In the entries below, find the line with "BOSS_EXTRUDE3_DEPTH = 50" and the line with "# Sketch2 → Boss-Extrude1 (new body)". Reproduce those two lines and every line between them exactly, and nothing more.

*** Begin section ***

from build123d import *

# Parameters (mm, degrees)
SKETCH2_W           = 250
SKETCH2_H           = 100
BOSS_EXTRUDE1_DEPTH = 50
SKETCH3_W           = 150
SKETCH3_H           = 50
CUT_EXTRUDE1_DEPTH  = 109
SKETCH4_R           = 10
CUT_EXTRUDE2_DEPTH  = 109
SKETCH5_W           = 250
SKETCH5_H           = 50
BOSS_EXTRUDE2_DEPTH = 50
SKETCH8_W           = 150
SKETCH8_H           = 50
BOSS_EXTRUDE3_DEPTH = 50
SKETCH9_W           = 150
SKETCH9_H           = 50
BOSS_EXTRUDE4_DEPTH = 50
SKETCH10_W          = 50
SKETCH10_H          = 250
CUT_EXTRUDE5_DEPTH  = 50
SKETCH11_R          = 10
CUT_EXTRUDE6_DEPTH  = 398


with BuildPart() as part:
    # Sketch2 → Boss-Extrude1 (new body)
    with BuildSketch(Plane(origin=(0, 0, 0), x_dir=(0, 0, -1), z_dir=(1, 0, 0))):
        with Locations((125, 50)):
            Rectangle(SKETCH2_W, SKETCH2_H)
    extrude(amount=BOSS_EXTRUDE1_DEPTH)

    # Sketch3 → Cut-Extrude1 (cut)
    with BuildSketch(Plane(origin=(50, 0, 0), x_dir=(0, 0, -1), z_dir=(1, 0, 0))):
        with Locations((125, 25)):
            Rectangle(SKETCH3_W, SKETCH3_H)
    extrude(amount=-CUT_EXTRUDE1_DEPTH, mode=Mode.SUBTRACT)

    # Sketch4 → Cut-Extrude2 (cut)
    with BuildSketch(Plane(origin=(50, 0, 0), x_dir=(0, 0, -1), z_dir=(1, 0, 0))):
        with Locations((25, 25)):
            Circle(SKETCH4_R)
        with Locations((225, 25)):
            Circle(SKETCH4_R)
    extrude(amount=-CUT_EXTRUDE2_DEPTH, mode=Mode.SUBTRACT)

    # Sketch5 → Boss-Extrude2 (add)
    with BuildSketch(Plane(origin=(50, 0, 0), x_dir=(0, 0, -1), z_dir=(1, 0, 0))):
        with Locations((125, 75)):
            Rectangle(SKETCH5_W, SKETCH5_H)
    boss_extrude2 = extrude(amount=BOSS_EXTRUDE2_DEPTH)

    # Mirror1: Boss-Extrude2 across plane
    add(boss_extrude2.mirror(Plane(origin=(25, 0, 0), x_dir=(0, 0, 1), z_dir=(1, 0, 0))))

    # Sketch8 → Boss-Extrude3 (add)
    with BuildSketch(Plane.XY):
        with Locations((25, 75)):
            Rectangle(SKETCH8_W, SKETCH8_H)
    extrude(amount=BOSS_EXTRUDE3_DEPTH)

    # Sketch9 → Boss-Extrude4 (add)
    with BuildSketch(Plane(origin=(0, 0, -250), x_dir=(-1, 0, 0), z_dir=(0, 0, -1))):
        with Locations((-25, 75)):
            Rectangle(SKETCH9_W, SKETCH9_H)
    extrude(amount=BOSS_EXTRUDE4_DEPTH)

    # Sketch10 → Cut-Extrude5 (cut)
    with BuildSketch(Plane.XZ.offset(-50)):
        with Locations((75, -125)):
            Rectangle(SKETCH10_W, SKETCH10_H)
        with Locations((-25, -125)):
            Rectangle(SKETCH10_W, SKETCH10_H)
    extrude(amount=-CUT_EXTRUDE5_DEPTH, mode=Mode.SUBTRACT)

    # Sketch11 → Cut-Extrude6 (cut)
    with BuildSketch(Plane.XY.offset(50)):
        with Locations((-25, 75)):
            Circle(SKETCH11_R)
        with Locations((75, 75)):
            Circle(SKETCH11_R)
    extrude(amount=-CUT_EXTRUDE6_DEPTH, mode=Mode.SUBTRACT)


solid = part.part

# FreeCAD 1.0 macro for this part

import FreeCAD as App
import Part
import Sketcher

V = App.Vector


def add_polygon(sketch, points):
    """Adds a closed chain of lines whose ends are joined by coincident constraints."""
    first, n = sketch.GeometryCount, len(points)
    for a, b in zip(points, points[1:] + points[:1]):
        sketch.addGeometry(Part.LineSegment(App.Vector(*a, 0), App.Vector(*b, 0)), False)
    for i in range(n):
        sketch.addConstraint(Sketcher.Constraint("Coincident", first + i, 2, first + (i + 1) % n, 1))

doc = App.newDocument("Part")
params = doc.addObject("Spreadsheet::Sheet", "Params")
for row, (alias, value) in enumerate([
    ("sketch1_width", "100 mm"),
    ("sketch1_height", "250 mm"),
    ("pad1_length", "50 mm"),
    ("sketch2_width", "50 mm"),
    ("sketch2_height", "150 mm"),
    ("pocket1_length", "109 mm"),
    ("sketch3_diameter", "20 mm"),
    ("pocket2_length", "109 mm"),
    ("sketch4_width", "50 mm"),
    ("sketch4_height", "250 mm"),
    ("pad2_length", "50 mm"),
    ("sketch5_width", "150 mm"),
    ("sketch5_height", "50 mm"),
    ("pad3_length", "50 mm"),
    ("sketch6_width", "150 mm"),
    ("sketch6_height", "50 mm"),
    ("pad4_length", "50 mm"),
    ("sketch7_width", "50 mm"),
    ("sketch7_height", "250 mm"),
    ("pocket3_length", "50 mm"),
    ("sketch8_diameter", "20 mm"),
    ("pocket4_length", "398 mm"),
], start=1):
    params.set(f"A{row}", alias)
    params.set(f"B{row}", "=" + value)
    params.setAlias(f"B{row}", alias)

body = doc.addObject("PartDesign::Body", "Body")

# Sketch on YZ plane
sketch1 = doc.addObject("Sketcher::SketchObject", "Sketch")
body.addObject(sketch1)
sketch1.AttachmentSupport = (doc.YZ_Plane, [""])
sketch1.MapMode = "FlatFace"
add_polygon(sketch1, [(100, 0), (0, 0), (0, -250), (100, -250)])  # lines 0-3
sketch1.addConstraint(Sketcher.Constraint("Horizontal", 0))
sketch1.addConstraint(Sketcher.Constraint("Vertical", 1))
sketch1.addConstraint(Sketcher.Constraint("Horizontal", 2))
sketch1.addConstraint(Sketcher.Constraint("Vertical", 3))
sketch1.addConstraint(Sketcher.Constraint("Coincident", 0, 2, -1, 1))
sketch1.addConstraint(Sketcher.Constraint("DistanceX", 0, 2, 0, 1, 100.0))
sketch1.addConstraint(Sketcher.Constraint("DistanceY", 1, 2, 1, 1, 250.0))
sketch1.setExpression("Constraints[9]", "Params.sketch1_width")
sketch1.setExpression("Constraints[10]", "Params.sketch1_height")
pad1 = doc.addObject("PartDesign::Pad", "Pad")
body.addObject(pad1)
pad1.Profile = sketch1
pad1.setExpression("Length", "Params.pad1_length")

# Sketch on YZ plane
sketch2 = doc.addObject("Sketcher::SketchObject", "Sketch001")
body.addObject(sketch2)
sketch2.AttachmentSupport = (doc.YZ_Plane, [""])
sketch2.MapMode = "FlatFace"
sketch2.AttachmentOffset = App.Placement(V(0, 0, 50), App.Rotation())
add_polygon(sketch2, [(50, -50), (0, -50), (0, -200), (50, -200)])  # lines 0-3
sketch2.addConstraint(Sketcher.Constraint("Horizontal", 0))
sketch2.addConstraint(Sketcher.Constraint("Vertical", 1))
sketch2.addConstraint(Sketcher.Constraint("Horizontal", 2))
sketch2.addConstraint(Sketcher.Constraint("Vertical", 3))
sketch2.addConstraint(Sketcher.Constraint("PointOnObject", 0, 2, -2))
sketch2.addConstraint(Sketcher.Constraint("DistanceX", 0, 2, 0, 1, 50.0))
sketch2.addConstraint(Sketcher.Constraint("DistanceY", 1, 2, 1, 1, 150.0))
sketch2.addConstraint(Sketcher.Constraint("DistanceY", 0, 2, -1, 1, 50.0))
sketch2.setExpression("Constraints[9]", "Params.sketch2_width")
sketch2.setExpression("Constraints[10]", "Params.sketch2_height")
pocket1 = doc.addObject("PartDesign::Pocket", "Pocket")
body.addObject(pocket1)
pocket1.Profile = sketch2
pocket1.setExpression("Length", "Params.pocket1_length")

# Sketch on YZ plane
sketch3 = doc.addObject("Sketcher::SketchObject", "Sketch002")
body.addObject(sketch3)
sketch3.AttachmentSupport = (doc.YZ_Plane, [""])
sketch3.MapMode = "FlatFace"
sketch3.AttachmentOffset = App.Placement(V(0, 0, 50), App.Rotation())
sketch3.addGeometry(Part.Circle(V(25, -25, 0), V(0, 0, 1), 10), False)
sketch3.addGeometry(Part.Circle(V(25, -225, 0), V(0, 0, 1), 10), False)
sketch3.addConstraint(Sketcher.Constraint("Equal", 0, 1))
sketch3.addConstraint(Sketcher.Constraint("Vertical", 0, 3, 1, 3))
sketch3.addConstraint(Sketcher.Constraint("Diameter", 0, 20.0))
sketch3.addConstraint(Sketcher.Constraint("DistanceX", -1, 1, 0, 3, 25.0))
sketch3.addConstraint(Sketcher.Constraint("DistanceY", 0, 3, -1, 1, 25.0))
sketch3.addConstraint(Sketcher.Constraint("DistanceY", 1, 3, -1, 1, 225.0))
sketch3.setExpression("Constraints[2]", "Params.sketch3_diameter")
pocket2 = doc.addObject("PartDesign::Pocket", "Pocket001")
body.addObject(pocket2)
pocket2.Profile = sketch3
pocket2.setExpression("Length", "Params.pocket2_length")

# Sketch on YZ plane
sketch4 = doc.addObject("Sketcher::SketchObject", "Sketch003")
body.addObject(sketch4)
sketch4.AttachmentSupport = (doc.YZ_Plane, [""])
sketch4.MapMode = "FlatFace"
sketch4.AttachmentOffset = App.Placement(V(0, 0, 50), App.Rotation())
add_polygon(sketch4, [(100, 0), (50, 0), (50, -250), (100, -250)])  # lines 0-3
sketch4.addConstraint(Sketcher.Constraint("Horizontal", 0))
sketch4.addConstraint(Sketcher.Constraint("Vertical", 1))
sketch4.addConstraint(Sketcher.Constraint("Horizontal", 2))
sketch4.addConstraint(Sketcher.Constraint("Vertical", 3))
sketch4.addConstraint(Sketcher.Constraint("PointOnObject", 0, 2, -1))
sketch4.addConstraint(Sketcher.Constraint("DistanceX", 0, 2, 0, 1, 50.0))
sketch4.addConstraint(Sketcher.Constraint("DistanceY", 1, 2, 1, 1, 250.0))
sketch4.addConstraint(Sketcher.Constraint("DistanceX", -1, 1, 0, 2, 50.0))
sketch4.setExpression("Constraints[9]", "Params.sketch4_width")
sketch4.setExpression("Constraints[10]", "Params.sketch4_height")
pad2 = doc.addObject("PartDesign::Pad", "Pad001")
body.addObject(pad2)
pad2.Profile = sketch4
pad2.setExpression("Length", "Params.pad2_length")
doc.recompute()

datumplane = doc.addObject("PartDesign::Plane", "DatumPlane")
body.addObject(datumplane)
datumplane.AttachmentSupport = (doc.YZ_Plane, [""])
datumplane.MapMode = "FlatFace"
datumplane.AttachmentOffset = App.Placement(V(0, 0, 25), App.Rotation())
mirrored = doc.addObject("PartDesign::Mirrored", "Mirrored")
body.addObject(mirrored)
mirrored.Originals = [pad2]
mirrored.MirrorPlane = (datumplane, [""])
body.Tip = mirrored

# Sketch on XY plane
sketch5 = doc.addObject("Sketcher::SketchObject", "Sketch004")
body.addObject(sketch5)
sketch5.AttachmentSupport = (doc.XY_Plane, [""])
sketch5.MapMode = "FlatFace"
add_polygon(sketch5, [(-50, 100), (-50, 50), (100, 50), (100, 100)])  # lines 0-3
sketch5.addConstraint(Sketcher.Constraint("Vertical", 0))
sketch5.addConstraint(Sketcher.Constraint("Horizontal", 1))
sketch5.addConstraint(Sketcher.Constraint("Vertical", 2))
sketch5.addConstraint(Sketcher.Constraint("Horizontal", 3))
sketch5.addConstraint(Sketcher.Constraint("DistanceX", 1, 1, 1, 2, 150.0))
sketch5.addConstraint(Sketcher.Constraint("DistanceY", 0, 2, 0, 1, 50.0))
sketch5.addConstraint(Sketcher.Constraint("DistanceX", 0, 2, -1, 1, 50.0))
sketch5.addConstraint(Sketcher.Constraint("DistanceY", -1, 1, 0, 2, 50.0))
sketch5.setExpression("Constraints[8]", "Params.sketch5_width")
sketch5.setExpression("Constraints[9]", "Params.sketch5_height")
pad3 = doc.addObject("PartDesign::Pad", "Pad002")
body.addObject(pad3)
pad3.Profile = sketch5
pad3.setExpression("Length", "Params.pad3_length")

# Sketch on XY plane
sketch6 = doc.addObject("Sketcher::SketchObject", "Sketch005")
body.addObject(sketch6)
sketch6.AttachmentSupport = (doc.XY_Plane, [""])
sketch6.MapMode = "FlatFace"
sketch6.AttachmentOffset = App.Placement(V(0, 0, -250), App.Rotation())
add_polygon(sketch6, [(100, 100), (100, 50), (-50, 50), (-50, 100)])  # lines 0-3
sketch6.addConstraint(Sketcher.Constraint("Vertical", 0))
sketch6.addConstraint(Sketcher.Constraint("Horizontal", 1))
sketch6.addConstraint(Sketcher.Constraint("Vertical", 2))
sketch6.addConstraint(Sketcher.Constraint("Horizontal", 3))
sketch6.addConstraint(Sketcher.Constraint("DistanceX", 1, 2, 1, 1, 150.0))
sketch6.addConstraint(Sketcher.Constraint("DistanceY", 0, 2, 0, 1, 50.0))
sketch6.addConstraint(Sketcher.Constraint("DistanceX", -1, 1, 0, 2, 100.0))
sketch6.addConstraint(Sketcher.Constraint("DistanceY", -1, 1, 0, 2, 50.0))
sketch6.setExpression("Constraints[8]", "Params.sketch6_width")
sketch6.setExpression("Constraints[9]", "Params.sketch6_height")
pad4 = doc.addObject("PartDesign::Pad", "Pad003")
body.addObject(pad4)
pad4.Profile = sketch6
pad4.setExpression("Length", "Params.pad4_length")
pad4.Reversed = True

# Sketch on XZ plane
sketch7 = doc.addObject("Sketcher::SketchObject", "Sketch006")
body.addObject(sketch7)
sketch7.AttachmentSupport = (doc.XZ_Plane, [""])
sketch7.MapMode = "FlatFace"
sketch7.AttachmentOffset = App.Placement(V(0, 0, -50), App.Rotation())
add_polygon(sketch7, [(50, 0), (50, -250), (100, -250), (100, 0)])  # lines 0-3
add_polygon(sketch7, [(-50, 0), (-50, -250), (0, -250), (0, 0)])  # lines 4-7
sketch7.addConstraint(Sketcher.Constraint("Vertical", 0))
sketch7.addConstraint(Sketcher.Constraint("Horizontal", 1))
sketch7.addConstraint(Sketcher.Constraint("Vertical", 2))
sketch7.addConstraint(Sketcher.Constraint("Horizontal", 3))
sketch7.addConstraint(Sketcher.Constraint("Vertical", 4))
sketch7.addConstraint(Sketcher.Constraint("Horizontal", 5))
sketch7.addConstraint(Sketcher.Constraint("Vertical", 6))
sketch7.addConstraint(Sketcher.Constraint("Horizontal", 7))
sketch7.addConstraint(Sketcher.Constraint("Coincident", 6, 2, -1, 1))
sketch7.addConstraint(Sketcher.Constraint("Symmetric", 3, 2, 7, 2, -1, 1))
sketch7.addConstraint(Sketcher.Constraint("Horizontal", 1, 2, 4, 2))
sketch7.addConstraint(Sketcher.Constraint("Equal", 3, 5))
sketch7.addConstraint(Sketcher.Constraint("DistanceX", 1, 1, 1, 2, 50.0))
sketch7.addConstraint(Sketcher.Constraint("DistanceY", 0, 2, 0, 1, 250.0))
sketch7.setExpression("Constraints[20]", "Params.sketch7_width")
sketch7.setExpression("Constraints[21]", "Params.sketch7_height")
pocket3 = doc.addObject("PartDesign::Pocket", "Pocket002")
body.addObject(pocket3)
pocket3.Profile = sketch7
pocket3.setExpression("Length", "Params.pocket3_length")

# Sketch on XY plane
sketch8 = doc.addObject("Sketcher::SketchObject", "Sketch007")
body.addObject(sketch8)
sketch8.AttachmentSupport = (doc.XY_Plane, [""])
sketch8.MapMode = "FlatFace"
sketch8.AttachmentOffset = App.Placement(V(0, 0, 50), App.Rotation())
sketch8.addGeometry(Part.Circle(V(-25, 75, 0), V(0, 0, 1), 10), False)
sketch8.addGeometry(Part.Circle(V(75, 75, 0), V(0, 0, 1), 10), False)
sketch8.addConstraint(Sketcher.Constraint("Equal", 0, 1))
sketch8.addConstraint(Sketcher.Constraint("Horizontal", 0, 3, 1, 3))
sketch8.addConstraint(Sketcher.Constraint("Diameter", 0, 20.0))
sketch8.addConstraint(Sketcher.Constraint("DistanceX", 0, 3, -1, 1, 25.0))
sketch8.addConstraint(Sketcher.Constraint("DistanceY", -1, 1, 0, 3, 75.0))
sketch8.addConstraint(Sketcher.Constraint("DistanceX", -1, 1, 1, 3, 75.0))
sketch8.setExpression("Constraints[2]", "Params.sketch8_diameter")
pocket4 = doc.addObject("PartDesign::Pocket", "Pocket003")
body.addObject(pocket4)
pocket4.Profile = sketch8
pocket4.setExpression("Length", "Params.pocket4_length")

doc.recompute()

*** End section ***

THE COMPLETED TASK —
BOSS_EXTRUDE3_DEPTH = 50
SKETCH9_W           = 150
SKETCH9_H           = 50
BOSS_EXTRUDE4_DEPTH = 50
SKETCH10_W          = 50
SKETCH10_H          = 250
CUT_EXTRUDE5_DEPTH  = 50
SKETCH11_R          = 10
CUT_EXTRUDE6_DEPTH  = 398


with BuildPart() as part:
    # Sketch2 → Boss-Extrude1 (new body)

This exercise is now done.